- REQUIRED WORK:
The records must be returned word for word.

(DATA PROVIDED Opens)

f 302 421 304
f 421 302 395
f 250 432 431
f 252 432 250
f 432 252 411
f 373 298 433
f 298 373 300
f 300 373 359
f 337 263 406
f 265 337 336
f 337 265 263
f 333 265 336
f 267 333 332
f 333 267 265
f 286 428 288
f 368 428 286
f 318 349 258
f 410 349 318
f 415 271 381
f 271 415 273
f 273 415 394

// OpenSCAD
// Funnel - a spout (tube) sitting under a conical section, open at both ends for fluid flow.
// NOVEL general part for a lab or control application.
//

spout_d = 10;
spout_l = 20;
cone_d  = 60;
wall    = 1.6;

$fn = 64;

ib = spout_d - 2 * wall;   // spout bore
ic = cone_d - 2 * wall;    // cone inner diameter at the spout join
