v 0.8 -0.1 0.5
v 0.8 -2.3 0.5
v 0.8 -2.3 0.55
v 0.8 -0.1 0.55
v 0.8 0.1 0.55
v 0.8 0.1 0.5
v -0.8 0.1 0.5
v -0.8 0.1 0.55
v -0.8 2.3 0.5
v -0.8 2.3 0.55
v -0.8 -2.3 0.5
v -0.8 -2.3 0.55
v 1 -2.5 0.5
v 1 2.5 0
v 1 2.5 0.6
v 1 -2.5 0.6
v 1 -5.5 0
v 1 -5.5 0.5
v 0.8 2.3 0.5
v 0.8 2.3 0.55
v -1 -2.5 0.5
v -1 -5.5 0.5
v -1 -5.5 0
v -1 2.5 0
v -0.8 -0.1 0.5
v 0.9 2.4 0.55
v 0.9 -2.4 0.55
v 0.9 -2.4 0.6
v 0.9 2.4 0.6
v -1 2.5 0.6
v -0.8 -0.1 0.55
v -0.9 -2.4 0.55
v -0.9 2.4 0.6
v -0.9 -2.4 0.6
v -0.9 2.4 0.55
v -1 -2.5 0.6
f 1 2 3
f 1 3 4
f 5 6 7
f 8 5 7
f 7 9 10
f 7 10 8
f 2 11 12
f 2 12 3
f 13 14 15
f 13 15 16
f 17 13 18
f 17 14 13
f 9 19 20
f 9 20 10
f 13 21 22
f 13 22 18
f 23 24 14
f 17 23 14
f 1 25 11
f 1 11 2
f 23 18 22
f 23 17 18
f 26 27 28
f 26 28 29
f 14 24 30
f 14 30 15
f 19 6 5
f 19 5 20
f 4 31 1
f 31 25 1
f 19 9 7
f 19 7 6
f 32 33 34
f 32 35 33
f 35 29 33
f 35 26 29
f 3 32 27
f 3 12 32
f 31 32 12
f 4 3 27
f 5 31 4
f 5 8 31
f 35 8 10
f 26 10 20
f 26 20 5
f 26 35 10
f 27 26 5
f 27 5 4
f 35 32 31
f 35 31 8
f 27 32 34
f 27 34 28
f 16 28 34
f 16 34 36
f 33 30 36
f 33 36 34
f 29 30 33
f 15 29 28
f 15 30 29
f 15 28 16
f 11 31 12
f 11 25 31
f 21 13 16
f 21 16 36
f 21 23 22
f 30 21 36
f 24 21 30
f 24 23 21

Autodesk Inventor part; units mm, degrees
ref_plane "YZ Plane" through (0, 0, 0) normal (1, 0, 0) x (0, 1, 0)
ref_plane "XZ Plane" through (0, 0, 0) normal (0, 1, 0) x (-1, 0, 0)
ref_plane "XY Plane" through (0, 0, 0) normal (0, 0, 1) x (1, 0, 0)
sketch "草圖1" plane through (0, 0, 0) normal (0, 0, 1) x (1, 0, 0)
  line L0 (-1, 2.5) -> (1, 2.5)
  line L1 (1, 2.5) -> (1, -2.5)
  line L2 (1, -2.5) -> (-1, -2.5)
  line L3 (-1, -2.5) -> (-1, 2.5)
  line L4 (-1, 2.5) -> (1, -2.5) construction
  line L5 (1, 2.5) -> (-1, -2.5) construction
  line L6 (-0.8, -0.1) -> (0.8, -0.1)
  line L7 (1, -0.1) -> (1, 0.1)
  line L8 (0.8, 0.1) -> (-0.8, 0.1)
  line L9 (-1, 0.1) -> (-1, -0.1)
  line L10 (-1, -0.1) -> (1, 0.1) construction
  line L11 (1, -0.1) -> (-1, 0.1) construction
  line L12 (-0.8, -2.3) -> (0.8, -2.3)
  line L13 (0.8, 2.3) -> (-0.8, 2.3)
  line L14 (-0.8, 2.3) -> (0.8, -2.3) construction
  line L15 (-0.8, -2.3) -> (0.8, 2.3) construction
  line L16 (0.8, -2.3) -> (0.8, -0.08)
  line L17 (0.8, 0.08) -> (0.8, 2.3)
  line L18 (-0.8, 2.3) -> (-0.8, 0.08)
  line L19 (-0.8, -0.08) -> (-0.8, -2.3)
  line L20 (-1, -2.5) -> (1, -2.5)
  line L21 (1, -2.5) -> (1, -5.5)
  line L22 (1, -5.5) -> (-1, -5.5)
  line L23 (-1, -5.5) -> (-1, -2.5)
  line L24 (-0.9, -2.4) -> (0.9, -2.4)
  line L25 (0.9, -2.4) -> (0.9, 2.4)
  line L26 (0.9, 2.4) -> (-0.9, 2.4)
  line L27 (-0.9, 2.4) -> (-0.9, -2.4)
  line L28 (-0.9, -2.4) -> (0.9, 2.4) construction
  line L29 (0.9, -2.4) -> (-0.9, 2.4) construction
  point P0 (0, 0)
  dimension "d0" = 2
  dimension "d1" = 5
  dimension "d4" = 0.2
  dimension "d5" = 4.6
  dimension "d6" = 1.6
  dimension "d7" = 3
  dimension "d12" = 1.8
  dimension "d13" = 4.8
extrude "擠出4" add sketch "草圖1" along normal blind 0.6 contours L0 L1 L2 L3
extrude "擠出5" add sketch "草圖1" along normal blind 0.55 contours L27 L26 L25 L24
extrude "擠出6" add sketch "草圖1" along normal blind 0.5 contours L2 L21 L22 L23 | L6 L16 L12 L19 | L8 L18 L13 L17
properties part number "窗" material "木材 (胡桃木)"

(DATA PROVIDED Closes)

- WRITTEN SOLUTION:
f 302 421 304
f 421 302 395
f 250 432 431
f 252 432 250
f 432 252 411
f 373 298 433
f 298 373 300
f 300 373 359
f 337 263 406
f 265 337 336
f 337 265 263
f 333 265 336
f 267 333 332
f 333 267 265
f 286 428 288
f 368 428 286
f 318 349 258
f 410 349 318
f 415 271 381
f 271 415 273
f 273 415 394

// OpenSCAD
// Funnel - a spout (tube) sitting under a conical section, open at both ends for fluid flow.
// NOVEL general part for a lab or control application.
//

spout_d = 10;
spout_l = 20;
cone_d  = 60;
wall    = 1.6;

$fn = 64;

ib = spout_d - 2 * wall;   // spout bore
ic = cone_d - 2 * wall;    // cone inner diameter at the spout join
v 0.8 -0.1 0.5
v 0.8 -2.3 0.5
v 0.8 -2.3 0.55
v 0.8 -0.1 0.55
v 0.8 0.1 0.55
v 0.8 0.1 0.5
v -0.8 0.1 0.5
v -0.8 0.1 0.55
v -0.8 2.3 0.5
v -0.8 2.3 0.55
v -0.8 -2.3 0.5
v -0.8 -2.3 0.55
v 1 -2.5 0.5
v 1 2.5 0
v 1 2.5 0.6
v 1 -2.5 0.6
v 1 -5.5 0
v 1 -5.5 0.5
v 0.8 2.3 0.5
v 0.8 2.3 0.55
v -1 -2.5 0.5
v -1 -5.5 0.5
v -1 -5.5 0
v -1 2.5 0
v -0.8 -0.1 0.5
v 0.9 2.4 0.55
v 0.9 -2.4 0.55
v 0.9 -2.4 0.6
v 0.9 2.4 0.6
v -1 2.5 0.6
v -0.8 -0.1 0.55
v -0.9 -2.4 0.55
v -0.9 2.4 0.6
v -0.9 -2.4 0.6
v -0.9 2.4 0.55
v -1 -2.5 0.6
f 1 2 3
f 1 3 4
f 5 6 7
f 8 5 7
f 7 9 10
f 7 10 8
f 2 11 12
f 2 12 3
f 13 14 15
f 13 15 16
f 17 13 18
f 17 14 13
f 9 19 20
f 9 20 10
f 13 21 22
f 13 22 18
f 23 24 14
f 17 23 14
f 1 25 11
f 1 11 2
f 23 18 22
f 23 17 18
f 26 27 28
f 26 28 29
f 14 24 30
f 14 30 15
f 19 6 5
f 19 5 20
f 4 31 1
f 31 25 1
f 19 9 7
f 19 7 6
f 32 33 34
f 32 35 33
f 35 29 33
f 35 26 29
f 3 32 27
f 3 12 32
f 31 32 12
f 4 3 27
f 5 31 4
f 5 8 31
f 35 8 10
f 26 10 20
f 26 20 5
f 26 35 10
f 27 26 5
f 27 5 4
f 35 32 31
f 35 31 8
f 27 32 34
f 27 34 28
f 16 28 34
f 16 34 36
f 33 30 36
f 33 36 34
f 29 30 33
f 15 29 28
f 15 30 29
f 15 28 16
f 11 31 12
f 11 25 31
f 21 13 16
f 21 16 36
f 21 23 22
f 30 21 36
f 24 21 30
f 24 23 21

Autodesk Inventor part; units mm, degrees
ref_plane "YZ Plane" through (0, 0, 0) normal (1, 0, 0) x (0, 1, 0)
ref_plane "XZ Plane" through (0, 0, 0) normal (0, 1, 0) x (-1, 0, 0)
ref_plane "XY Plane" through (0, 0, 0) normal (0, 0, 1) x (1, 0, 0)
sketch "草圖1" plane through (0, 0, 0) normal (0, 0, 1) x (1, 0, 0)
  line L0 (-1, 2.5) -> (1, 2.5)
  line L1 (1, 2.5) -> (1, -2.5)
  line L2 (1, -2.5) -> (-1, -2.5)
  line L3 (-1, -2.5) -> (-1, 2.5)
  line L4 (-1, 2.5) -> (1, -2.5) construction
  line L5 (1, 2.5) -> (-1, -2.5) construction
  line L6 (-0.8, -0.1) -> (0.8, -0.1)
  line L7 (1, -0.1) -> (1, 0.1)
  line L8 (0.8, 0.1) -> (-0.8, 0.1)
  line L9 (-1, 0.1) -> (-1, -0.1)
  line L10 (-1, -0.1) -> (1, 0.1) construction
  line L11 (1, -0.1) -> (-1, 0.1) construction
  line L12 (-0.8, -2.3) -> (0.8, -2.3)
  line L13 (0.8, 2.3) -> (-0.8, 2.3)
  line L14 (-0.8, 2.3) -> (0.8, -2.3) construction
  line L15 (-0.8, -2.3) -> (0.8, 2.3) construction
  line L16 (0.8, -2.3) -> (0.8, -0.08)
  line L17 (0.8, 0.08) -> (0.8, 2.3)
  line L18 (-0.8, 2.3) -> (-0.8, 0.08)
  line L19 (-0.8, -0.08) -> (-0.8, -2.3)
  line L20 (-1, -2.5) -> (1, -2.5)
  line L21 (1, -2.5) -> (1, -5.5)
  line L22 (1, -5.5) -> (-1, -5.5)
  line L23 (-1, -5.5) -> (-1, -2.5)
  line L24 (-0.9, -2.4) -> (0.9, -2.4)
  line L25 (0.9, -2.4) -> (0.9, 2.4)
  line L26 (0.9, 2.4) -> (-0.9, 2.4)
  line L27 (-0.9, 2.4) -> (-0.9, -2.4)
  line L28 (-0.9, -2.4) -> (0.9, 2.4) construction
  line L29 (0.9, -2.4) -> (-0.9, 2.4) construction
  point P0 (0, 0)
  dimension "d0" = 2
  dimension "d1" = 5
  dimension "d4" = 0.2
  dimension "d5" = 4.6
  dimension "d6" = 1.6
  dimension "d7" = 3
  dimension "d12" = 1.8
  dimension "d13" = 4.8
extrude "擠出4" add sketch "草圖1" along normal blind 0.6 contours L0 L1 L2 L3
extrude "擠出5" add sketch "草圖1" along normal blind 0.55 contours L27 L26 L25 L24
extrude "擠出6" add sketch "草圖1" along normal blind 0.5 contours L2 L21 L22 L23 | L6 L16 L12 L19 | L8 L18 L13 L17
properties part number "窗" material "木材 (胡桃木)"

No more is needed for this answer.